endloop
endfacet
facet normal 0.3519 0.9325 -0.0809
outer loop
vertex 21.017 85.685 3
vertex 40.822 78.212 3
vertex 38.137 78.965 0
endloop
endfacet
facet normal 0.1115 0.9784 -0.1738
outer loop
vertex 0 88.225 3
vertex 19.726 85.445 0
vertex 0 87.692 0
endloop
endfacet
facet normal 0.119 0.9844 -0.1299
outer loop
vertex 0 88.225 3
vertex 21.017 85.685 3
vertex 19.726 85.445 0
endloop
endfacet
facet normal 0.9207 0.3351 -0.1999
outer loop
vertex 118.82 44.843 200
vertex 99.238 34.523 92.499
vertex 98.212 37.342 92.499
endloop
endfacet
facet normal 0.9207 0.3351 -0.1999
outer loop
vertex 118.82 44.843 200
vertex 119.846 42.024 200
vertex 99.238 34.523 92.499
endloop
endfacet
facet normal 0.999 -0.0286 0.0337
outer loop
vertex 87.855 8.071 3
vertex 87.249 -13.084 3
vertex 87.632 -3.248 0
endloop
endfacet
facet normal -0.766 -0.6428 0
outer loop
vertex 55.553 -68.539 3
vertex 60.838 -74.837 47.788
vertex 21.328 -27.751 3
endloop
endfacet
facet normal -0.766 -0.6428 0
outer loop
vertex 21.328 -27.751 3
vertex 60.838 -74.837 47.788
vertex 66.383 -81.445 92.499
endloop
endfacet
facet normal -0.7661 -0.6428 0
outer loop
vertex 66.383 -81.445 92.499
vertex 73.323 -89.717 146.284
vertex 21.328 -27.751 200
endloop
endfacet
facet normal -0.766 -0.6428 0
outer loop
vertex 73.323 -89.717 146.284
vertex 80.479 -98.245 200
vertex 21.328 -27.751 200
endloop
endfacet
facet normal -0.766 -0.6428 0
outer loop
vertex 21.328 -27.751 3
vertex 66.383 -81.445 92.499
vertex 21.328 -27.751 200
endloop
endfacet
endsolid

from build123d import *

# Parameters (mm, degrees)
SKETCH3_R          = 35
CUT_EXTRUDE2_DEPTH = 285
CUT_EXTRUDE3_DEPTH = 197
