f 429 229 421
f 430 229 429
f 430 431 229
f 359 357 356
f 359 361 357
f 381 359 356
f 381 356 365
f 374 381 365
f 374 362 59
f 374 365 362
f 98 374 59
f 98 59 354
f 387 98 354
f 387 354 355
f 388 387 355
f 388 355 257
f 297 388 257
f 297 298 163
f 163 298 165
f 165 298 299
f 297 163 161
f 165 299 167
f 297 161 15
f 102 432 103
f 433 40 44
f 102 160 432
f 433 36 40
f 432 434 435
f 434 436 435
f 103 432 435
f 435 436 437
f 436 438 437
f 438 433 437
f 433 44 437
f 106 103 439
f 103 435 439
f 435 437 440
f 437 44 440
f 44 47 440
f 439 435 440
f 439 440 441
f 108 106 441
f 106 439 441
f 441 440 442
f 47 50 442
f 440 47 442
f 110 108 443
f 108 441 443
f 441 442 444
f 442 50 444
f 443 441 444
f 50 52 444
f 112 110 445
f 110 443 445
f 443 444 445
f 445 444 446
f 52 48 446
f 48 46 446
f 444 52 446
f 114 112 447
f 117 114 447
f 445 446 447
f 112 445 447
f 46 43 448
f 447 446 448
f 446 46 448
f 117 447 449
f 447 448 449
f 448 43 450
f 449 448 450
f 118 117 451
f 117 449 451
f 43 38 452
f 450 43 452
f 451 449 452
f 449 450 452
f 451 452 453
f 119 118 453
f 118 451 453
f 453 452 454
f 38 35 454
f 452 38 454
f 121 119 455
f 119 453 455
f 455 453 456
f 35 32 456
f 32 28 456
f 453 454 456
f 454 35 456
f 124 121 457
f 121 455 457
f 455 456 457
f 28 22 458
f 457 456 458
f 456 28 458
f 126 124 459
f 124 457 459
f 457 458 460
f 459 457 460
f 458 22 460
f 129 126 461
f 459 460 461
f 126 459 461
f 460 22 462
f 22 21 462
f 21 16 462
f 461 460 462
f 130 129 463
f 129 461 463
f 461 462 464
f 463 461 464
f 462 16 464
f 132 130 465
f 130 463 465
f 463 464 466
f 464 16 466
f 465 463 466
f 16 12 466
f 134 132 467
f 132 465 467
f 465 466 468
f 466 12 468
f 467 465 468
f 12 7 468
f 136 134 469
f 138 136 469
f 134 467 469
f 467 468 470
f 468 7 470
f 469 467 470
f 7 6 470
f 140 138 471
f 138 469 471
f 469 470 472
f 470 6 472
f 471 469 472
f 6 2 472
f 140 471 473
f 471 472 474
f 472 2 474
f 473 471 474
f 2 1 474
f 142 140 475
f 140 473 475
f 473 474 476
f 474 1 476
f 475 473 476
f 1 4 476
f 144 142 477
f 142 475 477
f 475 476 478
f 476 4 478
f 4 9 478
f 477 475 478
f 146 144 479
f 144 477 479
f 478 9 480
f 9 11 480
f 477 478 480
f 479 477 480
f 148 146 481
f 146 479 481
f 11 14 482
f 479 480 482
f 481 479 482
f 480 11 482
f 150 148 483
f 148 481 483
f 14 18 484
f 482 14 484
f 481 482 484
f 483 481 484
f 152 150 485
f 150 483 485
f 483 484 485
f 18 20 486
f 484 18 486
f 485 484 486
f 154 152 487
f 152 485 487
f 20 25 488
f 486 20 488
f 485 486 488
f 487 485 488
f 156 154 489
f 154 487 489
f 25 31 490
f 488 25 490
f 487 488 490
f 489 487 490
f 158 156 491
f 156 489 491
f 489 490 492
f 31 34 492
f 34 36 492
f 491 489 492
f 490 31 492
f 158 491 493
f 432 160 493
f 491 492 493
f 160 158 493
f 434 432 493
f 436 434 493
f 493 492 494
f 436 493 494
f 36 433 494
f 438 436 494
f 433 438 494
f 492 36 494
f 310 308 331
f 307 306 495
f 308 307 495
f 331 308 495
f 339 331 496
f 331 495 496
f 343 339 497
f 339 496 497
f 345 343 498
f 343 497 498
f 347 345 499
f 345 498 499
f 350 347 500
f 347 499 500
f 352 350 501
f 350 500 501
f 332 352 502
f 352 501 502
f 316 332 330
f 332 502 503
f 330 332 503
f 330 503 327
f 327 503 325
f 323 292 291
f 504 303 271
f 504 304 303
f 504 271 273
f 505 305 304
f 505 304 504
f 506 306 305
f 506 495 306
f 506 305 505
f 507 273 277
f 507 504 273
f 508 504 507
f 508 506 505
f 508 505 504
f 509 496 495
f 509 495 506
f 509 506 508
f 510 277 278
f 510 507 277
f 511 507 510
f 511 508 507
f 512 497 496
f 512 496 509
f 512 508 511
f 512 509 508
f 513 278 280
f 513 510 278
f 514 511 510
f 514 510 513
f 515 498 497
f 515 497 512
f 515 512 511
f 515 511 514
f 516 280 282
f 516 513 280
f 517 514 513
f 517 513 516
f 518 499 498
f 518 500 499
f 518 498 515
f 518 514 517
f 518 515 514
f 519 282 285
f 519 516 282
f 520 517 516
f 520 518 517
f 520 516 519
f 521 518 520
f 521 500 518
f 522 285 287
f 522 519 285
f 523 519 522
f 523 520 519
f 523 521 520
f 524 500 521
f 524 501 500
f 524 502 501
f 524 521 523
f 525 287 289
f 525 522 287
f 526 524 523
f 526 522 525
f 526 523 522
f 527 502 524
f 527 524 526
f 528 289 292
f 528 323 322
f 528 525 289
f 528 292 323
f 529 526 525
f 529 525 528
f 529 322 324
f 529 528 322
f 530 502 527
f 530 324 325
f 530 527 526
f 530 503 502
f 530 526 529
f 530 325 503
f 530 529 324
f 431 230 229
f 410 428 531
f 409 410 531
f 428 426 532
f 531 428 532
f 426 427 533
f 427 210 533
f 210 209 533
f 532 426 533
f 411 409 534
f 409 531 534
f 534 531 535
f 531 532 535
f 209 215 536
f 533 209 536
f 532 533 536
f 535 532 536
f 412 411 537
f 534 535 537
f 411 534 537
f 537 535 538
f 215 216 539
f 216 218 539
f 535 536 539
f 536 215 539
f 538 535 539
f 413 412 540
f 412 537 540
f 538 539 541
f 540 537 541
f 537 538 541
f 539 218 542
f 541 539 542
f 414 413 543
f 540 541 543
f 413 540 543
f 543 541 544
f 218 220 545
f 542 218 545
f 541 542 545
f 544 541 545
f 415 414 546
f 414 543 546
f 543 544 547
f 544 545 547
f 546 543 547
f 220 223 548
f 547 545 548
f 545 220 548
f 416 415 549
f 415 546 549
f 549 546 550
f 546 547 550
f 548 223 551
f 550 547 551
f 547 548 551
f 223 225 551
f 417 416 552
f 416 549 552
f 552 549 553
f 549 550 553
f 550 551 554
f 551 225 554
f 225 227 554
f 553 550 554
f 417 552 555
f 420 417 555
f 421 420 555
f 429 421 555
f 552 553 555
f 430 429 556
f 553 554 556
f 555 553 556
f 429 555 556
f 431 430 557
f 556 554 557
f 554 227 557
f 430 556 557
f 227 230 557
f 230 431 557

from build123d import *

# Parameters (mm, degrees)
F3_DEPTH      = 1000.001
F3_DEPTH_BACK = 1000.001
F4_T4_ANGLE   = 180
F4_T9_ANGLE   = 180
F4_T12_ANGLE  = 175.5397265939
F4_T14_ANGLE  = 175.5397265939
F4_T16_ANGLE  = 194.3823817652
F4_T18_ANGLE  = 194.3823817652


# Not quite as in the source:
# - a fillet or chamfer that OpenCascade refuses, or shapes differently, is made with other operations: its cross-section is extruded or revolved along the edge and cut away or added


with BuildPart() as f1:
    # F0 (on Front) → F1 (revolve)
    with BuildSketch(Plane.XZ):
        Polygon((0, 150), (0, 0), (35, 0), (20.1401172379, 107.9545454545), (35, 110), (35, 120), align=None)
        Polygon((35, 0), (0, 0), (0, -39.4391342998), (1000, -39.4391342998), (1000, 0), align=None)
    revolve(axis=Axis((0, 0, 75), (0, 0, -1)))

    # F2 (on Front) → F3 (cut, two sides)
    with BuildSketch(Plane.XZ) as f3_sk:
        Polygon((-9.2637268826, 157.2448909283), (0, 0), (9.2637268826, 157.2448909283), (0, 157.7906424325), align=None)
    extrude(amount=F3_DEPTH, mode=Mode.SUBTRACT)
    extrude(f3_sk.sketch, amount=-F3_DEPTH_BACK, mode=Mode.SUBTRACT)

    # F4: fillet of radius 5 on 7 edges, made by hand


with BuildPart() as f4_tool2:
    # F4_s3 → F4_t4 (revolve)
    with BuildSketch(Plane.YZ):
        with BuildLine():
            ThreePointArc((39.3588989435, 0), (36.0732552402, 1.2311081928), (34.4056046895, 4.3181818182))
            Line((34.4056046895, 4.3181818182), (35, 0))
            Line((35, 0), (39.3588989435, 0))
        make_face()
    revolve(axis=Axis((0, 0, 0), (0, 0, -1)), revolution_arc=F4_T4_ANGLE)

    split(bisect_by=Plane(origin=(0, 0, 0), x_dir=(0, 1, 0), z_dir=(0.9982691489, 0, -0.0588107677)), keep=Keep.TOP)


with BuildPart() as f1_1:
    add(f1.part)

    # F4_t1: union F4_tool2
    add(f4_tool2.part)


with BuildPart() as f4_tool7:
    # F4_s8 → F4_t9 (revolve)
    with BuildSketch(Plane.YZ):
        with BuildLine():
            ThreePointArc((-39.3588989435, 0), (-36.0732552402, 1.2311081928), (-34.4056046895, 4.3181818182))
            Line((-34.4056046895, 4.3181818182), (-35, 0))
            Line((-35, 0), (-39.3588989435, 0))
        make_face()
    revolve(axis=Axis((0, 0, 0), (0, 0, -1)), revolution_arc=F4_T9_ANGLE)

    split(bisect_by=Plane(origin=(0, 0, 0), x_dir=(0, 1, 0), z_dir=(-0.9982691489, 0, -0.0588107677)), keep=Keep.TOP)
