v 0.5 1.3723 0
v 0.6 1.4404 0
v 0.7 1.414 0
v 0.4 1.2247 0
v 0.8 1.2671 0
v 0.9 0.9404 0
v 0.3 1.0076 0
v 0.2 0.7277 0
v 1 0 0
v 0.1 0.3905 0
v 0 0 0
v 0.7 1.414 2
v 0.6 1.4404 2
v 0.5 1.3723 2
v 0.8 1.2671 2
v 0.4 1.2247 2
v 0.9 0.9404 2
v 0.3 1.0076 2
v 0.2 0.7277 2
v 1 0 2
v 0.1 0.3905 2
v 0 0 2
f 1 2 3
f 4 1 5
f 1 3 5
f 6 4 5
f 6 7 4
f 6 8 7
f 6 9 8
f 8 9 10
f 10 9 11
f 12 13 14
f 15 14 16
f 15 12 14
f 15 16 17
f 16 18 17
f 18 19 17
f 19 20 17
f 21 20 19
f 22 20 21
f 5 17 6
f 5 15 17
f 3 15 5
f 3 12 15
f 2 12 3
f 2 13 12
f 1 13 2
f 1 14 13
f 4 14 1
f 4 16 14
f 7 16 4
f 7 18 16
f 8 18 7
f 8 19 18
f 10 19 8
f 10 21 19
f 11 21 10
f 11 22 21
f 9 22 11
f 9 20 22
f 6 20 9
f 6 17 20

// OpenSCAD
/*
module thing() {
    translate([-75, -40, 0])
        difference() {
            cube([145,115, 50]);
            linear_extrude(50)
                import (file = "outfile.dxf");
        }
}

difference() {
    scale([1.1, 1.1, 1])
        thing();
    thing();
}
    */
    
points = [
[0.0, 0.0],
[0.1, 0.39051600363758093],
[0.2, 0.7277417964166458],
[0.30000000000000004, 1.007565780558227],
[0.4, 1.2247404795688746],
[0.5, 1.37228822720381],
[0.6000000000000001, 1.4403915860577619],
[0.7000000000000001, 1.4140479075055532],
[0.8, 1.2670720616092885],
[0.9, 0.9404502799571866],
[1, 0]
];
linear_extrude(2)
    polygon(points);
----
From the listing above, return every line that contains the word "Keep".

▶ **RESPONSE TO THIS EXERCISE**
    split(bisect_by=Plane(origin=(0, 0, 0), x_dir=(0, 1, 0), z_dir=(0.9982691489, 0, -0.0588107677)), keep=Keep.TOP)
    split(bisect_by=Plane(origin=(0, 0, 0), x_dir=(0, 1, 0), z_dir=(-0.9982691489, 0, -0.0588107677)), keep=Keep.TOP)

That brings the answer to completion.